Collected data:
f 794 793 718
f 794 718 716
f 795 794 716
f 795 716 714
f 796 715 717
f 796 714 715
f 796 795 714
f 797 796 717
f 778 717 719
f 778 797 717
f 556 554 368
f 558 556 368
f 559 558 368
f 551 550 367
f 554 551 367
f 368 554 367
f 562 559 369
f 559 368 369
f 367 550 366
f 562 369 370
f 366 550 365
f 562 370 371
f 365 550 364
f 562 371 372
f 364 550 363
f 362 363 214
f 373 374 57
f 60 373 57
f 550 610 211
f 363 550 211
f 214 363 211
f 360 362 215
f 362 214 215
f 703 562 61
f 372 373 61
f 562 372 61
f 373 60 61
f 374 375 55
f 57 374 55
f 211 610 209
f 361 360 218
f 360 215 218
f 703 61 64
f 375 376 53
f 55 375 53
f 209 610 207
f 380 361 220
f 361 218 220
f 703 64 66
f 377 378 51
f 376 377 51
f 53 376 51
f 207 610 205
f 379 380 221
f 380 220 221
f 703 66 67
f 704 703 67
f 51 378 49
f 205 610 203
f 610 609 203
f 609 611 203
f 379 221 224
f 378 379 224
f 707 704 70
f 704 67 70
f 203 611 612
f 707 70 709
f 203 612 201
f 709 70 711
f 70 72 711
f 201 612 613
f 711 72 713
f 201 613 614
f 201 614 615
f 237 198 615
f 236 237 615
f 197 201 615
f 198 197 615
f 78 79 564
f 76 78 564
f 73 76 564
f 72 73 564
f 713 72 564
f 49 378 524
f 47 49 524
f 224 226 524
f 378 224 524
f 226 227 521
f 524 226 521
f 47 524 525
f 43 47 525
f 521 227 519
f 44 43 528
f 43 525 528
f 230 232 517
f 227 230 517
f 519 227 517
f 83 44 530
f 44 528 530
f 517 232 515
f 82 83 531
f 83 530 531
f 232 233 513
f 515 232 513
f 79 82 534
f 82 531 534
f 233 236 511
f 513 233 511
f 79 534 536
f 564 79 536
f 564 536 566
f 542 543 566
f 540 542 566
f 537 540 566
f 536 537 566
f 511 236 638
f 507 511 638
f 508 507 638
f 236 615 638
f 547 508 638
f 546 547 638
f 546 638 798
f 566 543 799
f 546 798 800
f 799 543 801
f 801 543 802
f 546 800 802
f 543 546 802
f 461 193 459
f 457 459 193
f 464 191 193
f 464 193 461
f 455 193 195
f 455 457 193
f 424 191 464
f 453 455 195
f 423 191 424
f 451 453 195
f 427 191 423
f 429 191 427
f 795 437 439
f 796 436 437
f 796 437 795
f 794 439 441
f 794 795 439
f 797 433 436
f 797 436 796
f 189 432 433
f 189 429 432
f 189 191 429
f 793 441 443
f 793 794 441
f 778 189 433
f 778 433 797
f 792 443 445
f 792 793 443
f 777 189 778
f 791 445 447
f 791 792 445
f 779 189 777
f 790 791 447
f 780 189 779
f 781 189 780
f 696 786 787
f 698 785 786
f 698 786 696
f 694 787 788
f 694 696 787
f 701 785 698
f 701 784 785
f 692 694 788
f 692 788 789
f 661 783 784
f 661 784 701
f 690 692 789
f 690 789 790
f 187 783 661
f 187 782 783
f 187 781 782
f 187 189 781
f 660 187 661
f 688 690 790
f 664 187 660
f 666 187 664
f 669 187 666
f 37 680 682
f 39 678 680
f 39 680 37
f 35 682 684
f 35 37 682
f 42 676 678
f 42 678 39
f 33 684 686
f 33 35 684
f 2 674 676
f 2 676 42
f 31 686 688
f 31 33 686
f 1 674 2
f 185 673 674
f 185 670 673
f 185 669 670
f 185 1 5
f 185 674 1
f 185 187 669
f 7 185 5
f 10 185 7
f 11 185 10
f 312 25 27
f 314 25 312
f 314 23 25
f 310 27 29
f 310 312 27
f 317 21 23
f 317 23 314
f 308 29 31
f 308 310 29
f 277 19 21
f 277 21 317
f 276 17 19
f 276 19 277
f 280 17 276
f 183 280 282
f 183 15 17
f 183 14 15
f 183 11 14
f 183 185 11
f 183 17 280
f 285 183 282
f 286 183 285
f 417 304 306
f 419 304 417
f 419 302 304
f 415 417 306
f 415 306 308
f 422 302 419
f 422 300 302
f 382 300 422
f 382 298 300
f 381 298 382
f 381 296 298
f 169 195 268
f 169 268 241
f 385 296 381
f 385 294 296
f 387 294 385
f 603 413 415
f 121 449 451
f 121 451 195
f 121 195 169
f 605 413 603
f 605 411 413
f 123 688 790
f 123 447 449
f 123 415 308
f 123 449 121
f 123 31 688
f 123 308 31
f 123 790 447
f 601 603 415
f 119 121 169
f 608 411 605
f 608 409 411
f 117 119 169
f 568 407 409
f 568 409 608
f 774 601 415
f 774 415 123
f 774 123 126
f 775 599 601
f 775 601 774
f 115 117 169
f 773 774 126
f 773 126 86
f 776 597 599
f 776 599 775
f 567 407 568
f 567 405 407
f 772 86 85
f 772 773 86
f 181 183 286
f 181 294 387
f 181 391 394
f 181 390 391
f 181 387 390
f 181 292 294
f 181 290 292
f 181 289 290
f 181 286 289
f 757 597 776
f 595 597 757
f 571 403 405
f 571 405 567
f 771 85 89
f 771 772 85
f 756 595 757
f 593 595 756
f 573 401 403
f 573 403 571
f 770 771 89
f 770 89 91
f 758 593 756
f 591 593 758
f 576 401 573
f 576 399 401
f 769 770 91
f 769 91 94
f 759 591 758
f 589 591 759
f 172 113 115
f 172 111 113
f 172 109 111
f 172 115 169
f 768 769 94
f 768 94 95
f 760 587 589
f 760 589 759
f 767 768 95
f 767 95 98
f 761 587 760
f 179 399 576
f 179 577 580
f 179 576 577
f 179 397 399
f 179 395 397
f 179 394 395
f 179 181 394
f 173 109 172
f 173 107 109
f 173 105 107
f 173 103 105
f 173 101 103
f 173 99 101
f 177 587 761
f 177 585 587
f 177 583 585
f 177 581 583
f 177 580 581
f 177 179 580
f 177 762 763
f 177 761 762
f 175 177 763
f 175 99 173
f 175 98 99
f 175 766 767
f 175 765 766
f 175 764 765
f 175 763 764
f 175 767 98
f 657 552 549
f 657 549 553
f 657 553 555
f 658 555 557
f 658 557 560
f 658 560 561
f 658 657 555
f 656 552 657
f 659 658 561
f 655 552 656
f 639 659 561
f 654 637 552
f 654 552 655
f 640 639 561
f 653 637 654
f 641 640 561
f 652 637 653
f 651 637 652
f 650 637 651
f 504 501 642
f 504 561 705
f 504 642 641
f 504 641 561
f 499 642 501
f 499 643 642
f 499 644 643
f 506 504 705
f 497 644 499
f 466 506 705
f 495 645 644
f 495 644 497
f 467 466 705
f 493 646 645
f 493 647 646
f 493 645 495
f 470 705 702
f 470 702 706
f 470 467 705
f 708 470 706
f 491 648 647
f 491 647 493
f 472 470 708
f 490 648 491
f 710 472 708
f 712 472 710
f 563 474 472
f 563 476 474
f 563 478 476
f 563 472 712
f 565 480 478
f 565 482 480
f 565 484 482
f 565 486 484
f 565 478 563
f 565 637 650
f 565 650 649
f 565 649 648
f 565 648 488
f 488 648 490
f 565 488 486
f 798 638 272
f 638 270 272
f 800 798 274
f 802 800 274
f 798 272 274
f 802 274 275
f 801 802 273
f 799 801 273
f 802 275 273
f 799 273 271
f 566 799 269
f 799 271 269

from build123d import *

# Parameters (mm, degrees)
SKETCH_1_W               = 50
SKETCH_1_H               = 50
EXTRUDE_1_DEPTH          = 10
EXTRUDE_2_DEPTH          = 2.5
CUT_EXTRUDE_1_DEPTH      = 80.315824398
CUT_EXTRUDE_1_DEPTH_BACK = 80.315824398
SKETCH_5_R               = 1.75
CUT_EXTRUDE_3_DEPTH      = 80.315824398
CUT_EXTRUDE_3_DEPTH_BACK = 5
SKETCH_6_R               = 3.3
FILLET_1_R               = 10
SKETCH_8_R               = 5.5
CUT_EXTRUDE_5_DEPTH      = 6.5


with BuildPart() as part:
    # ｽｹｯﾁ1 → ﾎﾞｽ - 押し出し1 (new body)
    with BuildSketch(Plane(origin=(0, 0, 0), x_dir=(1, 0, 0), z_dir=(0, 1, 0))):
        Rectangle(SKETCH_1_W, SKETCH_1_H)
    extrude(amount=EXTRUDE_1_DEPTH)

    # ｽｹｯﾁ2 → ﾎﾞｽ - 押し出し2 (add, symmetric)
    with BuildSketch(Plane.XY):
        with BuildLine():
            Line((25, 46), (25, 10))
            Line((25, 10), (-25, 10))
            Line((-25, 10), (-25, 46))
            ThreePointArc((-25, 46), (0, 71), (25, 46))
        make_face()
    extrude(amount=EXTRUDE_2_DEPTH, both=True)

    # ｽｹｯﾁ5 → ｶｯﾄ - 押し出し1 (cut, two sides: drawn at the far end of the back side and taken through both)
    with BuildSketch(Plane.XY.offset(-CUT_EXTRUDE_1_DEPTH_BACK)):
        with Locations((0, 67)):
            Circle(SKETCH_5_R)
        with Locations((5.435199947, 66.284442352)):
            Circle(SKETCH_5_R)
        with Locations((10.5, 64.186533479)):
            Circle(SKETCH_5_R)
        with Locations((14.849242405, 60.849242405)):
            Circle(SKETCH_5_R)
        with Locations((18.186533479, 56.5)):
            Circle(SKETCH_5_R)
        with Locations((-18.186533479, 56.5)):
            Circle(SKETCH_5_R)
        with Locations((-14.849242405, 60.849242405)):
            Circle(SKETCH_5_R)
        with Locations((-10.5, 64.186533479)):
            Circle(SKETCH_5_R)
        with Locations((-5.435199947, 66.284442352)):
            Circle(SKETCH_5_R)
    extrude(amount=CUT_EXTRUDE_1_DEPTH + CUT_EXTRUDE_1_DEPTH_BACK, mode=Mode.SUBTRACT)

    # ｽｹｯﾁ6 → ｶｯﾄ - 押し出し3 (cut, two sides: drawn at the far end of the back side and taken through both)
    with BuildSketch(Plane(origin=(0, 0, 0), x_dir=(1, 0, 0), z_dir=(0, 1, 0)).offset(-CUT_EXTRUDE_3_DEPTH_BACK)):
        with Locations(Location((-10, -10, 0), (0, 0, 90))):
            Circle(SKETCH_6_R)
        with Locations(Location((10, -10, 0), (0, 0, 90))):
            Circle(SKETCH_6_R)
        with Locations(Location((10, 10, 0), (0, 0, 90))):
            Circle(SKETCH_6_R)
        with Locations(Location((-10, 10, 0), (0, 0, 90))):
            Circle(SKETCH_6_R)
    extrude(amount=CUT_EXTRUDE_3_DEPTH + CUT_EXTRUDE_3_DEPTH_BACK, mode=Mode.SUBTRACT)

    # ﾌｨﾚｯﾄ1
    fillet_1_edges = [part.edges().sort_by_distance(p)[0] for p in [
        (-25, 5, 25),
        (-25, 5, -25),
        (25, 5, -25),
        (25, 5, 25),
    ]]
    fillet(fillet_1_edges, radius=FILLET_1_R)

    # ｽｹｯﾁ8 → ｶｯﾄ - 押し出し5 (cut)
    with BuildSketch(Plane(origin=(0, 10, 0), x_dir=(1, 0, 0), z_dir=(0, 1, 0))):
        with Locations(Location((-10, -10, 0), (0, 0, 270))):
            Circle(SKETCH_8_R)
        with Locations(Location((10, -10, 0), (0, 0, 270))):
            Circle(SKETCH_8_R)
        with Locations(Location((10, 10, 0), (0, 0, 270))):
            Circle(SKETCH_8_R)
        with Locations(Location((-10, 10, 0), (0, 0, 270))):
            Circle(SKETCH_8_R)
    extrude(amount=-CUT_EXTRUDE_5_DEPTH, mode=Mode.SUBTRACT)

EXERCISE:
Look through the entries above and report each line where the string "mode" occurs.

EXPECTED ANSWER:
    extrude(amount=CUT_EXTRUDE_1_DEPTH + CUT_EXTRUDE_1_DEPTH_BACK, mode=Mode.SUBTRACT)
    extrude(amount=CUT_EXTRUDE_3_DEPTH + CUT_EXTRUDE_3_DEPTH_BACK, mode=Mode.SUBTRACT)
    extrude(amount=-CUT_EXTRUDE_5_DEPTH, mode=Mode.SUBTRACT)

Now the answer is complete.